Problem :: The first line of the entries through the line bearing "Rebuilt in FreeCAD, every": copy these lines exactly and return nothing else.

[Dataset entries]
▶

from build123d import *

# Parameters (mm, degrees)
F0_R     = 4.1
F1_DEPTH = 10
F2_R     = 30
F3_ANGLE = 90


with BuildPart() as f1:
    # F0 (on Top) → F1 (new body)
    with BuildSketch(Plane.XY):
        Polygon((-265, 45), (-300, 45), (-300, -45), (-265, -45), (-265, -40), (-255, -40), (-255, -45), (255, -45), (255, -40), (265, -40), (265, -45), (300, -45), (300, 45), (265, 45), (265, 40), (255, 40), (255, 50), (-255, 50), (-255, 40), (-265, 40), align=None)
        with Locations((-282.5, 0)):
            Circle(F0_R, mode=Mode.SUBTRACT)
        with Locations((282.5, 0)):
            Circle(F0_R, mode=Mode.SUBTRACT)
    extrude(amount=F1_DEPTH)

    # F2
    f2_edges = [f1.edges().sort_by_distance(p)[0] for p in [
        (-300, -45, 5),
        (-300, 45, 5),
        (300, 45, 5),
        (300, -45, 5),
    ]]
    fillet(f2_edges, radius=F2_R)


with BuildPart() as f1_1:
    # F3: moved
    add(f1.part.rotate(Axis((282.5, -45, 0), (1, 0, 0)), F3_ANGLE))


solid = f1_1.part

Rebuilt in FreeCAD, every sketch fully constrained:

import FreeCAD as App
import Part
import Sketcher
from FreeCAD import Vector
Q = App.Units.Quantity


def edges_at(feature, points):
    """Names of the edges that pass closest to the given points."""
    edges = feature.Shape.Edges
    near = lambda p: min(range(len(edges)), key=lambda i: edges[i].distToShape(Part.Vertex(*p))[0])
    return sorted({f"Edge{near(p) + 1}" for p in points})

doc = App.newDocument("Part")
body = doc.addObject("PartDesign::Body", "Body")

# Sketch on XY plane
sketch1 = doc.addObject("Sketcher::SketchObject", "Sketch")
body.addObject(sketch1)
sketch1.AttachmentSupport = (doc.XY_Plane, [""])
sketch1.MapMode = "FlatFace"
sketch1.addGeometry([
    Part.LineSegment(Vector(-265, 45, 0), Vector(-300, 45, 0)),  # 0
    Part.LineSegment(Vector(-300, 45, 0), Vector(-300, -45, 0)),  # 1
    Part.LineSegment(Vector(-300, -45, 0), Vector(-265, -45, 0)),  # 2
    Part.LineSegment(Vector(-265, -45, 0), Vector(-265, -40, 0)),  # 3
    Part.LineSegment(Vector(-265, -40, 0), Vector(-255, -40, 0)),  # 4
    Part.LineSegment(Vector(-255, -40, 0), Vector(-255, -45, 0)),  # 5
    Part.LineSegment(Vector(-255, -45, 0), Vector(255, -45, 0)),  # 6
    Part.LineSegment(Vector(255, -45, 0), Vector(255, -40, 0)),  # 7
    Part.LineSegment(Vector(255, -40, 0), Vector(265, -40, 0)),  # 8
    Part.LineSegment(Vector(265, -40, 0), Vector(265, -45, 0)),  # 9
    Part.LineSegment(Vector(265, -45, 0), Vector(300, -45, 0)),  # 10
    Part.LineSegment(Vector(300, -45, 0), Vector(300, 45, 0)),  # 11
    Part.LineSegment(Vector(300, 45, 0), Vector(265, 45, 0)),  # 12
    Part.LineSegment(Vector(265, 45, 0), Vector(265, 40, 0)),  # 13
    Part.LineSegment(Vector(265, 40, 0), Vector(255, 40, 0)),  # 14
    Part.LineSegment(Vector(255, 40, 0), Vector(255, 50, 0)),  # 15
    Part.LineSegment(Vector(255, 50, 0), Vector(-255, 50, 0)),  # 16
    Part.LineSegment(Vector(-255, 50, 0), Vector(-255, 40, 0)),  # 17
    Part.LineSegment(Vector(-255, 40, 0), Vector(-265, 40, 0)),  # 18
    Part.LineSegment(Vector(-265, 40, 0), Vector(-265, 45, 0)),  # 19
    Part.Circle(Vector(-282.5, 0, 0), Vector(0, 0, 1), 4.1),  # 20
    Part.Circle(Vector(282.5, 0, 0), Vector(0, 0, 1), 4.1),  # 21
], False)
sketch1.addConstraint([
    Sketcher.Constraint("Coincident", 0, 2, 1, 1),
    Sketcher.Constraint("Coincident", 1, 2, 2, 1),
    Sketcher.Constraint("Coincident", 2, 2, 3, 1),
    Sketcher.Constraint("Coincident", 3, 2, 4, 1),
    Sketcher.Constraint("Coincident", 4, 2, 5, 1),
    Sketcher.Constraint("Coincident", 5, 2, 6, 1),
    Sketcher.Constraint("Coincident", 6, 2, 7, 1),
    Sketcher.Constraint("Coincident", 7, 2, 8, 1),
    Sketcher.Constraint("Coincident", 8, 2, 9, 1),
    Sketcher.Constraint("Coincident", 9, 2, 10, 1),
    Sketcher.Constraint("Coincident", 10, 2, 11, 1),
    Sketcher.Constraint("Coincident", 11, 2, 12, 1),
    Sketcher.Constraint("Coincident", 12, 2, 13, 1),
    Sketcher.Constraint("Coincident", 13, 2, 14, 1),
    Sketcher.Constraint("Coincident", 14, 2, 15, 1),
    Sketcher.Constraint("Coincident", 15, 2, 16, 1),
    Sketcher.Constraint("Coincident", 16, 2, 17, 1),
    Sketcher.Constraint("Coincident", 17, 2, 18, 1),
    Sketcher.Constraint("Coincident", 18, 2, 19, 1),
    Sketcher.Constraint("Coincident", 19, 2, 0, 1),
    Sketcher.Constraint("Horizontal", 0),
    Sketcher.Constraint("Vertical", 1),
    Sketcher.Constraint("Horizontal", 2),
    Sketcher.Constraint("Vertical", 3),
    Sketcher.Constraint("Horizontal", 4),
    Sketcher.Constraint("Vertical", 5),
    Sketcher.Constraint("Horizontal", 6),
    Sketcher.Constraint("Vertical", 7),
    Sketcher.Constraint("Horizontal", 8),
    Sketcher.Constraint("Vertical", 9),
    Sketcher.Constraint("Horizontal", 10),
    Sketcher.Constraint("Vertical", 11),
    Sketcher.Constraint("Horizontal", 12),
    Sketcher.Constraint("Vertical", 13),
    Sketcher.Constraint("Horizontal", 14),
    Sketcher.Constraint("Vertical", 15),
    Sketcher.Constraint("Horizontal", 16),
    Sketcher.Constraint("Vertical", 17),
    Sketcher.Constraint("Horizontal", 18),
    Sketcher.Constraint("Vertical", 19),
    Sketcher.Constraint("Equal", 20, 21),
    Sketcher.Constraint("Symmetric", 20, 3, 21, 3, -1, 1),
    Sketcher.Constraint("Symmetric", 0, 2, 10, 2, -1, 1),
    Sketcher.Constraint("Symmetric", 2, 2, 12, 2, -1, 1),
    Sketcher.Constraint("Symmetric", 4, 2, 14, 2, -1, 1),
    Sketcher.Constraint("Symmetric", 7, 2, 17, 2, -1, 1),
    Sketcher.Constraint("Symmetric", 4, 2, 7, 2, -2),
    Sketcher.Constraint("Symmetric", 2, 2, 9, 2, -2),
    Sketcher.Constraint("PointOnObject", 20, 3, -1),
    Sketcher.Constraint("Horizontal", 2, 2, 5, 2),
    Sketcher.Constraint("Vertical", 3, 2, 18, 2),
    Sketcher.Constraint("Equal", 18, 15),
    Sketcher.Constraint("Diameter", 20, Q("8.2 mm")),
    Sketcher.Constraint("DistanceX", 0, 2, 0, 1, Q("35 mm")),
    Sketcher.Constraint("DistanceX", 4, 1, 4, 2, Q("10 mm")),
    Sketcher.Constraint("DistanceX", 6, 1, 6, 2, Q("510 mm")),
    Sketcher.Constraint("DistanceY", 1, 2, 1, 1, Q("90 mm")),
    Sketcher.Constraint("DistanceY", 3, 1, 3, 2, Q("5 mm")),
    Sketcher.Constraint("DistanceX", 20, 3, 21, 3, Q("565 mm")),
])
pad1 = doc.addObject("PartDesign::Pad", "Pad")
body.addObject(pad1)
pad1.Profile = sketch1
pad1.Length = 10
doc.recompute()

fillet = doc.addObject("PartDesign::Fillet", "Fillet")
body.addObject(fillet)
fillet.Base = (pad1, edges_at(pad1, [
    (-300, -45, 5),
    (-300, 45, 5),
    (300, 45, 5),
    (300, -45, 5),
]))
fillet.Radius = 30
body2 = doc.addObject("PartDesign::Body", "Body001")
doc.recompute()

body.Placement = App.Placement(Vector(0, -45, 45), App.Rotation(Vector(1, 0, 0), 90))
boolean = doc.addObject("PartDesign::Boolean", "Boolean")
body2.addObject(boolean)
boolean.Type = "Fuse"
boolean.addObjects([body])

doc.recompute()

◀

Finished exercise ::
from build123d import *

# Parameters (mm, degrees)
F0_R     = 4.1
F1_DEPTH = 10
F2_R     = 30
F3_ANGLE = 90


with BuildPart() as f1:
    # F0 (on Top) → F1 (new body)
    with BuildSketch(Plane.XY):
        Polygon((-265, 45), (-300, 45), (-300, -45), (-265, -45), (-265, -40), (-255, -40), (-255, -45), (255, -45), (255, -40), (265, -40), (265, -45), (300, -45), (300, 45), (265, 45), (265, 40), (255, 40), (255, 50), (-255, 50), (-255, 40), (-265, 40), align=None)
        with Locations((-282.5, 0)):
            Circle(F0_R, mode=Mode.SUBTRACT)
        with Locations((282.5, 0)):
            Circle(F0_R, mode=Mode.SUBTRACT)
    extrude(amount=F1_DEPTH)

    # F2
    f2_edges = [f1.edges().sort_by_distance(p)[0] for p in [
        (-300, -45, 5),
        (-300, 45, 5),
        (300, 45, 5),
        (300, -45, 5),
    ]]
    fillet(f2_edges, radius=F2_R)


with BuildPart() as f1_1:
    # F3: moved
    add(f1.part.rotate(Axis((282.5, -45, 0), (1, 0, 0)), F3_ANGLE))


solid = f1_1.part

Rebuilt in FreeCAD, every sketch fully constrained:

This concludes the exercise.